◆ Assignment ◆
Starting at the line that contains "f 375 277 275" and ending at the line that contains "f 509 508 17", the lines below are to be given again exactly, with nothing added.

________________________

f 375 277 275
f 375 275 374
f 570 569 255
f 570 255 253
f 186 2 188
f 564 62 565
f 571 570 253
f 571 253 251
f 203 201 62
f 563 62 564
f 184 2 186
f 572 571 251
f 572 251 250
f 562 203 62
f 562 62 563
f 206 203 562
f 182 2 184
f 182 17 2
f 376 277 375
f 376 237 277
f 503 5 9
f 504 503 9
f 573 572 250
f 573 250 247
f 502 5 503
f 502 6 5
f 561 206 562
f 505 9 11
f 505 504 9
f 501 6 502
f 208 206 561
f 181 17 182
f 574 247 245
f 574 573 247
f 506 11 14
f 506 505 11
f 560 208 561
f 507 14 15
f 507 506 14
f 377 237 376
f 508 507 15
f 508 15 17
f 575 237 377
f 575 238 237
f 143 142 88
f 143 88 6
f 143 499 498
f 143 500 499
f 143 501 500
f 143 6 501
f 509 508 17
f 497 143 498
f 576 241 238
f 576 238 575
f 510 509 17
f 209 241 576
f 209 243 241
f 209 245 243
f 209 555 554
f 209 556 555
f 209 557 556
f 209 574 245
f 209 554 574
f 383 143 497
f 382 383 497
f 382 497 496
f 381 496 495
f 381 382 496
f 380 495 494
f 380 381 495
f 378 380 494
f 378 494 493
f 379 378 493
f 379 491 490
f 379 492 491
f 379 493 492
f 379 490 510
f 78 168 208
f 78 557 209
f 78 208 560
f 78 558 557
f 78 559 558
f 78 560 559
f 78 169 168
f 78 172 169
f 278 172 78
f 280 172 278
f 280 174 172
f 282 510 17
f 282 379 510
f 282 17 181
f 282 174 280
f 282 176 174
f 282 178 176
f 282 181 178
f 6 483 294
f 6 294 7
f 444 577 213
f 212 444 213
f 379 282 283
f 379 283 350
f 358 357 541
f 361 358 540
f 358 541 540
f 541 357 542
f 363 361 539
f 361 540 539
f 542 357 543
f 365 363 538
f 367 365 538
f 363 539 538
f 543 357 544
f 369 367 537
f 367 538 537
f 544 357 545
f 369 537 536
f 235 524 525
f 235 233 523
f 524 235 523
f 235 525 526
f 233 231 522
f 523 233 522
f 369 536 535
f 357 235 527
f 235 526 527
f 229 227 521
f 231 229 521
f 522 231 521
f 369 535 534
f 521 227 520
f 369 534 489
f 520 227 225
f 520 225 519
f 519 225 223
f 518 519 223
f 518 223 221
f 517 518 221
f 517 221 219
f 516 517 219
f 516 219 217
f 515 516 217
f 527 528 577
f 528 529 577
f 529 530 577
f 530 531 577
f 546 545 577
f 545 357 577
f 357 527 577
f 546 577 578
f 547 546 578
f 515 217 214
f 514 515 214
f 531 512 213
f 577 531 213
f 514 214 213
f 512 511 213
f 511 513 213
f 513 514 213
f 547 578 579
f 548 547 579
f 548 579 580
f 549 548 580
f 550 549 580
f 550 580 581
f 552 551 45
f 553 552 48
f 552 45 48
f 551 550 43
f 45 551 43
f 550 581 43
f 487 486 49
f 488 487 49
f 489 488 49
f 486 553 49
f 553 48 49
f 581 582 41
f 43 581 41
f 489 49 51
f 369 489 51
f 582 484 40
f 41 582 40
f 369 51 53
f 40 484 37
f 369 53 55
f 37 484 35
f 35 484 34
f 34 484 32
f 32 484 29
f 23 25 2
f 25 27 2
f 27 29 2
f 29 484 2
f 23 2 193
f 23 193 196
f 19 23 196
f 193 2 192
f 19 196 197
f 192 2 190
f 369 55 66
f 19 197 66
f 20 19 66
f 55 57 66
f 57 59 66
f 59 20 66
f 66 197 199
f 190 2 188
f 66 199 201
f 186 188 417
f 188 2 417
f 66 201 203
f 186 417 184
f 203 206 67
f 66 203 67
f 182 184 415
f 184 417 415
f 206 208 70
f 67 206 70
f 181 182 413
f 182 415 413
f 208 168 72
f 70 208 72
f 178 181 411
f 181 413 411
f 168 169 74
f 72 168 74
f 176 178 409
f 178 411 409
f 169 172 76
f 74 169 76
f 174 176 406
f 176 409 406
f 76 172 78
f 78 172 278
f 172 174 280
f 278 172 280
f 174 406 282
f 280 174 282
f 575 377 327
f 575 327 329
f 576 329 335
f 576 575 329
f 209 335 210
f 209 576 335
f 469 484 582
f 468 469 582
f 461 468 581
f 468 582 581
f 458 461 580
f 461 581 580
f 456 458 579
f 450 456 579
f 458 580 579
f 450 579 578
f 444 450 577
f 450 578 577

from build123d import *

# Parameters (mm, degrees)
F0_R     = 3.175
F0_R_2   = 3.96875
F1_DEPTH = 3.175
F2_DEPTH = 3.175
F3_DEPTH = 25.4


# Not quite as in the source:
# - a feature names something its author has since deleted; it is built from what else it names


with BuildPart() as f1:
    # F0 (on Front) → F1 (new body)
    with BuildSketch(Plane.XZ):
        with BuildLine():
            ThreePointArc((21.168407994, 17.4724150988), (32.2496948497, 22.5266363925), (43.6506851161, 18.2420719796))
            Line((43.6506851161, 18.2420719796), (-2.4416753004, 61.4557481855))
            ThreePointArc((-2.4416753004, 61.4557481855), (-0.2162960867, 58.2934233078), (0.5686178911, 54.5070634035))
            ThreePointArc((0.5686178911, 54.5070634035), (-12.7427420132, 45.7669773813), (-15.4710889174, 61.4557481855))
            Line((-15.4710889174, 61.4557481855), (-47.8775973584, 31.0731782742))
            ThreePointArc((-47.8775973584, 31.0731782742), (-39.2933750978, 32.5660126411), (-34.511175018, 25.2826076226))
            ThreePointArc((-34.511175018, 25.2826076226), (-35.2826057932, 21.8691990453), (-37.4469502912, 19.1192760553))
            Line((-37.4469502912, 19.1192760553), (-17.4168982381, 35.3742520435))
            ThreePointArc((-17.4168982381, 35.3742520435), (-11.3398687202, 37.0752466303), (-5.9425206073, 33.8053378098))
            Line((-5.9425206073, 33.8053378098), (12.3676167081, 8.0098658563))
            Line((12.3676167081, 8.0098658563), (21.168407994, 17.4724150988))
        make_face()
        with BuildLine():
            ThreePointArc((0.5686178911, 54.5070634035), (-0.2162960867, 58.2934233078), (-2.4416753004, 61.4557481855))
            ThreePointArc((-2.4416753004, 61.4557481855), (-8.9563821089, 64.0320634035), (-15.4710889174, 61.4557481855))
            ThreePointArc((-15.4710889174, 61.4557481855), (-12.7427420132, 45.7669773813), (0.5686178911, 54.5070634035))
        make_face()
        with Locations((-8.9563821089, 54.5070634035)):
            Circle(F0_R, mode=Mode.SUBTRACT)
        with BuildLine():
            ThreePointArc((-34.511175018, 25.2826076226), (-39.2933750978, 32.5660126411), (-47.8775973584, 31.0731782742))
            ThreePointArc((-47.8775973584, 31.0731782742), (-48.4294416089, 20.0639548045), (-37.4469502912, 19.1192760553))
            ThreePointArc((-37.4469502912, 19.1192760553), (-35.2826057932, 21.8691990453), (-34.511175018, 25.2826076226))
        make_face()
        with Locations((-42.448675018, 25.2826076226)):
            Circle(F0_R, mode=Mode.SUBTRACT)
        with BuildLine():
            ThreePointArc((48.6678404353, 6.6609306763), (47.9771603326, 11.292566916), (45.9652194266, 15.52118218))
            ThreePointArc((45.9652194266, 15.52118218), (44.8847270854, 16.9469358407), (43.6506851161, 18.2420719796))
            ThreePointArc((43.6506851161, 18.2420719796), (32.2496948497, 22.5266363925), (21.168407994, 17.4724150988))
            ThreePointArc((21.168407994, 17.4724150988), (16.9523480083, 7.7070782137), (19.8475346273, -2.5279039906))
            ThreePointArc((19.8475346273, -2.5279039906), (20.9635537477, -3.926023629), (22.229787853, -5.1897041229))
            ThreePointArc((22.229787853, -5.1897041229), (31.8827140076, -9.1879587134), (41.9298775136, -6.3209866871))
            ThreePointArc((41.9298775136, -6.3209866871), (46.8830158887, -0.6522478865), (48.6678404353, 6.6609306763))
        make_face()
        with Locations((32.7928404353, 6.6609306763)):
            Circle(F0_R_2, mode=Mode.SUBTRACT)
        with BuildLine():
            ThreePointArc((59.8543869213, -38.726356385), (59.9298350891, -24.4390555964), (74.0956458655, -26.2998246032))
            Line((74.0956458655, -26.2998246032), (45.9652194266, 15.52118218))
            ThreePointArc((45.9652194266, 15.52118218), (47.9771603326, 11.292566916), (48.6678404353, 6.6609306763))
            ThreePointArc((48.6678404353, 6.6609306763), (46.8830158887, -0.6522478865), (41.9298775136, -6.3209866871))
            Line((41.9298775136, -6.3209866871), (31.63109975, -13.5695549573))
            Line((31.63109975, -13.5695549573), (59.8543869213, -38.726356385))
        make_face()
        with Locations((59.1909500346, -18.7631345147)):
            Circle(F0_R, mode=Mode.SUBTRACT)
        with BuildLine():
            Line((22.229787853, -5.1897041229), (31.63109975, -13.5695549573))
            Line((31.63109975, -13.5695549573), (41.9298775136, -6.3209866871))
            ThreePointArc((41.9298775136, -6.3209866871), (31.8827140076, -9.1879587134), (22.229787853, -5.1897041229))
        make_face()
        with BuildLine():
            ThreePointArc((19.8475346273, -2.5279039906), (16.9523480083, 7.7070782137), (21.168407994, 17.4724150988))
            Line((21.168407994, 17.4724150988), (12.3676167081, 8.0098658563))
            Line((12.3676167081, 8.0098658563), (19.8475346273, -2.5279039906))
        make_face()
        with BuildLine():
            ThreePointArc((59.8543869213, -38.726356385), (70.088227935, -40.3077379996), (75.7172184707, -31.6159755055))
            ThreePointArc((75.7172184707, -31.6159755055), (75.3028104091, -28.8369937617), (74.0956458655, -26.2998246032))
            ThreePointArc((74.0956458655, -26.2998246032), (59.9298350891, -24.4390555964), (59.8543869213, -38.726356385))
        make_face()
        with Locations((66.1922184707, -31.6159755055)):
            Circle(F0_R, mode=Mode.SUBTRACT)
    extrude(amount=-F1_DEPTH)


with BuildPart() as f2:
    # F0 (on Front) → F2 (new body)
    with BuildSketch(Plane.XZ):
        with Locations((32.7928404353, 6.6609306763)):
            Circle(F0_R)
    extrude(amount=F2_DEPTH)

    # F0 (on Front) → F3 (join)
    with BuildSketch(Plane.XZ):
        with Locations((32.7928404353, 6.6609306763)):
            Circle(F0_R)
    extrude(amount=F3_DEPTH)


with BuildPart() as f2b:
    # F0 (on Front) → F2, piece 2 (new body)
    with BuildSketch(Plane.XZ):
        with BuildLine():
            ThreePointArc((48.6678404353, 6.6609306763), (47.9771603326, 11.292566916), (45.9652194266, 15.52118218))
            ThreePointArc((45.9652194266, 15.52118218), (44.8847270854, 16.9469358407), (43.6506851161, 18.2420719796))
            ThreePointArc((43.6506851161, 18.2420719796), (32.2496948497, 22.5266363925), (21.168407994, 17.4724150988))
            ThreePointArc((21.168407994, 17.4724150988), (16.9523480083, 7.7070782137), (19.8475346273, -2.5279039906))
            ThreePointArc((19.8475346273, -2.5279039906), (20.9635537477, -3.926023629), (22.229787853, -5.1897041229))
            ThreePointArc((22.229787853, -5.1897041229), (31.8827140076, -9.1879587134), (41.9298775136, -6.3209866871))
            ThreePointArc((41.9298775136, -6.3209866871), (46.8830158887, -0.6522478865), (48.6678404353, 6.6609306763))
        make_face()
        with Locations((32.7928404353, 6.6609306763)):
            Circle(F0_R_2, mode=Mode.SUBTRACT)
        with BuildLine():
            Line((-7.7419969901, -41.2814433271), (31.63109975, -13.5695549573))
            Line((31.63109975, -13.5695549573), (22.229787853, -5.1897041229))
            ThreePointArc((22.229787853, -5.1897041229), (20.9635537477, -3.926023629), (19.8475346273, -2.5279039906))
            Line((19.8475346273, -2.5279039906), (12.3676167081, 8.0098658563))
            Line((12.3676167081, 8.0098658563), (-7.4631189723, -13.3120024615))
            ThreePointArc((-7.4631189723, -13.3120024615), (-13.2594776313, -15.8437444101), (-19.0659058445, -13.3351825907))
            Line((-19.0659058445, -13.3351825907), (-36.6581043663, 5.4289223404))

________________________

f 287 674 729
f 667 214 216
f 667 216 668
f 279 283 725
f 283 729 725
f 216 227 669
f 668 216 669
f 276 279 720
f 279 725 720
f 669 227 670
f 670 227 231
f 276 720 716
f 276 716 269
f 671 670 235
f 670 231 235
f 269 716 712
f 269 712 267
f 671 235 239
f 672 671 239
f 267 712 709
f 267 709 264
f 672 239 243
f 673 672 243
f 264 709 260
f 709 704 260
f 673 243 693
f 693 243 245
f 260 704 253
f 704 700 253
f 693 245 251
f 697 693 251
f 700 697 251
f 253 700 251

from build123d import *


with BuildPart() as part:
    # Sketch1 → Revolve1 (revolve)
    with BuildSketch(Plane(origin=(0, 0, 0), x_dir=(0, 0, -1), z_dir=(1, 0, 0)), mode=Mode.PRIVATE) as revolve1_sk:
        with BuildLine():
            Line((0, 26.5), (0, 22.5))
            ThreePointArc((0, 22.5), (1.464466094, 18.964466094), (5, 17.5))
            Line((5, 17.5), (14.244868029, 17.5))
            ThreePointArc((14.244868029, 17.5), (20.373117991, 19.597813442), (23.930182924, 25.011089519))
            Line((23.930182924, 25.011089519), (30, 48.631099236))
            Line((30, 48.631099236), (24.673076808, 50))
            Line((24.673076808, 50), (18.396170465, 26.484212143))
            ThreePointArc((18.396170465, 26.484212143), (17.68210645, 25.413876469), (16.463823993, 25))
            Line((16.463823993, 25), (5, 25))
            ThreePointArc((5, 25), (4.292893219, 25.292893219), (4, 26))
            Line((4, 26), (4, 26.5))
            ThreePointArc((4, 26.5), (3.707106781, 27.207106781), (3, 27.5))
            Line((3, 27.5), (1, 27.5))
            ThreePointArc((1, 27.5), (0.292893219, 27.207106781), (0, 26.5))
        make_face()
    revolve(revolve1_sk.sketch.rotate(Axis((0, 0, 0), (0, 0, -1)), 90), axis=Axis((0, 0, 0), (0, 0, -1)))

________________________

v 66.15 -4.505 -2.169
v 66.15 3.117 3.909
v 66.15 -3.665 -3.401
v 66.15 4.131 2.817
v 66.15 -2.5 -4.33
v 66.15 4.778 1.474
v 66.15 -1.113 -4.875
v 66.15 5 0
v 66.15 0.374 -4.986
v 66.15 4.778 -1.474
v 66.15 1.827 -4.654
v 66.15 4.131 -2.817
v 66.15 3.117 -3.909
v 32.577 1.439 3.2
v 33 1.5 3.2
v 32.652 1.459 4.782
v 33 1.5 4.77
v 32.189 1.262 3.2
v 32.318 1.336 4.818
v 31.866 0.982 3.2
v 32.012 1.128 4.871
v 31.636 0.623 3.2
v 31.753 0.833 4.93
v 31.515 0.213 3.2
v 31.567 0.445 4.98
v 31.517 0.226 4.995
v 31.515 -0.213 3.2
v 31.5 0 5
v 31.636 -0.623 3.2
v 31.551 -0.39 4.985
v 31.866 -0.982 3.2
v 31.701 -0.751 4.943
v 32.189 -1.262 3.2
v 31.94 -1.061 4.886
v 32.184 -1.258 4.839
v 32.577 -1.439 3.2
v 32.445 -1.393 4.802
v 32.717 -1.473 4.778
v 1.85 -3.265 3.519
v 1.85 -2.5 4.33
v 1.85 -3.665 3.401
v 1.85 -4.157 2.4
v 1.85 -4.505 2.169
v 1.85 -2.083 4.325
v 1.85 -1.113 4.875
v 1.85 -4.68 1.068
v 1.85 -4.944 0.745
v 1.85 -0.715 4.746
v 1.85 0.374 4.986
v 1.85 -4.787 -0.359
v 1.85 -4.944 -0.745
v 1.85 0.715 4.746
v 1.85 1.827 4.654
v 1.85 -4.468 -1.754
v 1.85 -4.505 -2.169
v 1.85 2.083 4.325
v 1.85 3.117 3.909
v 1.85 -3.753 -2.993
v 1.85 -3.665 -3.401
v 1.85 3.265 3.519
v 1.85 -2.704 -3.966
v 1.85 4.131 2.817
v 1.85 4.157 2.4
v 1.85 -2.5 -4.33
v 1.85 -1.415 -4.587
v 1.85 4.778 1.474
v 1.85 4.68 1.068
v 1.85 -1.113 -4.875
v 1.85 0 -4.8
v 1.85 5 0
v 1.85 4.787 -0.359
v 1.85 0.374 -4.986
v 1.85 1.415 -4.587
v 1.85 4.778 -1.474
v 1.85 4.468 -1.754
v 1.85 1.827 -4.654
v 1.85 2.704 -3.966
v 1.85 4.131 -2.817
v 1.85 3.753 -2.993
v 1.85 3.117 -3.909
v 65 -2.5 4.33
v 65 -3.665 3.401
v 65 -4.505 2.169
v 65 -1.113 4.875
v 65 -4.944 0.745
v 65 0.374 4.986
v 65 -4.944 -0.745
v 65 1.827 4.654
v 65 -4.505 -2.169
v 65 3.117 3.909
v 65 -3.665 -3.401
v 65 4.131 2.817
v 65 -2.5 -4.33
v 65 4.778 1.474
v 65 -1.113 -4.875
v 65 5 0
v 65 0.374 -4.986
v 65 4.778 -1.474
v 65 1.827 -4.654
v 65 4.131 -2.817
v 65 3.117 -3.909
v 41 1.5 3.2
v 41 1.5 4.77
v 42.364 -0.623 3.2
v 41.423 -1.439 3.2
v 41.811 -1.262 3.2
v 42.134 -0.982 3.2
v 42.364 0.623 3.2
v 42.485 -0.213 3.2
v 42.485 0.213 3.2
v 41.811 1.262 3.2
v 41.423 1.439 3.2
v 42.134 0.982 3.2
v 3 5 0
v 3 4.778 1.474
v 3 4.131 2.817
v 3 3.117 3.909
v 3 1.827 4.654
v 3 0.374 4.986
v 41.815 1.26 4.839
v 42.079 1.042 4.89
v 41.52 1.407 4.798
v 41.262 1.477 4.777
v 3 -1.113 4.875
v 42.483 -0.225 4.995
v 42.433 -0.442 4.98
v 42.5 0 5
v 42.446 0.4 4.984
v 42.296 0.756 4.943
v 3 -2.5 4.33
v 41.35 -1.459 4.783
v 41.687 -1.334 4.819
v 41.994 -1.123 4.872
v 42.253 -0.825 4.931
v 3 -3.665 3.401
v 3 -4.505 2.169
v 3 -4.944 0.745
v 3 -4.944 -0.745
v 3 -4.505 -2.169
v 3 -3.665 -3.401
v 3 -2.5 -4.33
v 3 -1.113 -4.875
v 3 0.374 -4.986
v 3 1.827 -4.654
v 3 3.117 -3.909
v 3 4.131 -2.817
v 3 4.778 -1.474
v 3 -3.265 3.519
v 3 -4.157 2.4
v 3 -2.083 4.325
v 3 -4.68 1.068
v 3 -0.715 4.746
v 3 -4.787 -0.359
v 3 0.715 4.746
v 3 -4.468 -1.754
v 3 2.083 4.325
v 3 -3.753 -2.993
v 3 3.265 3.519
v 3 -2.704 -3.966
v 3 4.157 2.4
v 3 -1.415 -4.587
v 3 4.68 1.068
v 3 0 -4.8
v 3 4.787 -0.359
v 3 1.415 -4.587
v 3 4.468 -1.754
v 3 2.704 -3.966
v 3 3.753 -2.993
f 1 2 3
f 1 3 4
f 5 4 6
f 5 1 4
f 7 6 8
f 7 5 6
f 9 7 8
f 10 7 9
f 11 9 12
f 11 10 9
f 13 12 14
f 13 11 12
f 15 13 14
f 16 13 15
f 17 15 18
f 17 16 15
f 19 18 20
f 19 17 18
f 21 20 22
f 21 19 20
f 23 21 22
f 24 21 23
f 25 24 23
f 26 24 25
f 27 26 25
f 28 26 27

________________________

◆ Answer box ◆
f 375 277 275
f 375 275 374
f 570 569 255
f 570 255 253
f 186 2 188
f 564 62 565
f 571 570 253
f 571 253 251
f 203 201 62
f 563 62 564
f 184 2 186
f 572 571 251
f 572 251 250
f 562 203 62
f 562 62 563
f 206 203 562
f 182 2 184
f 182 17 2
f 376 277 375
f 376 237 277
f 503 5 9
f 504 503 9
f 573 572 250
f 573 250 247
f 502 5 503
f 502 6 5
f 561 206 562
f 505 9 11
f 505 504 9
f 501 6 502
f 208 206 561
f 181 17 182
f 574 247 245
f 574 573 247
f 506 11 14
f 506 505 11
f 560 208 561
f 507 14 15
f 507 506 14
f 377 237 376
f 508 507 15
f 508 15 17
f 575 237 377
f 575 238 237
f 143 142 88
f 143 88 6
f 143 499 498
f 143 500 499
f 143 501 500
f 143 6 501
f 509 508 17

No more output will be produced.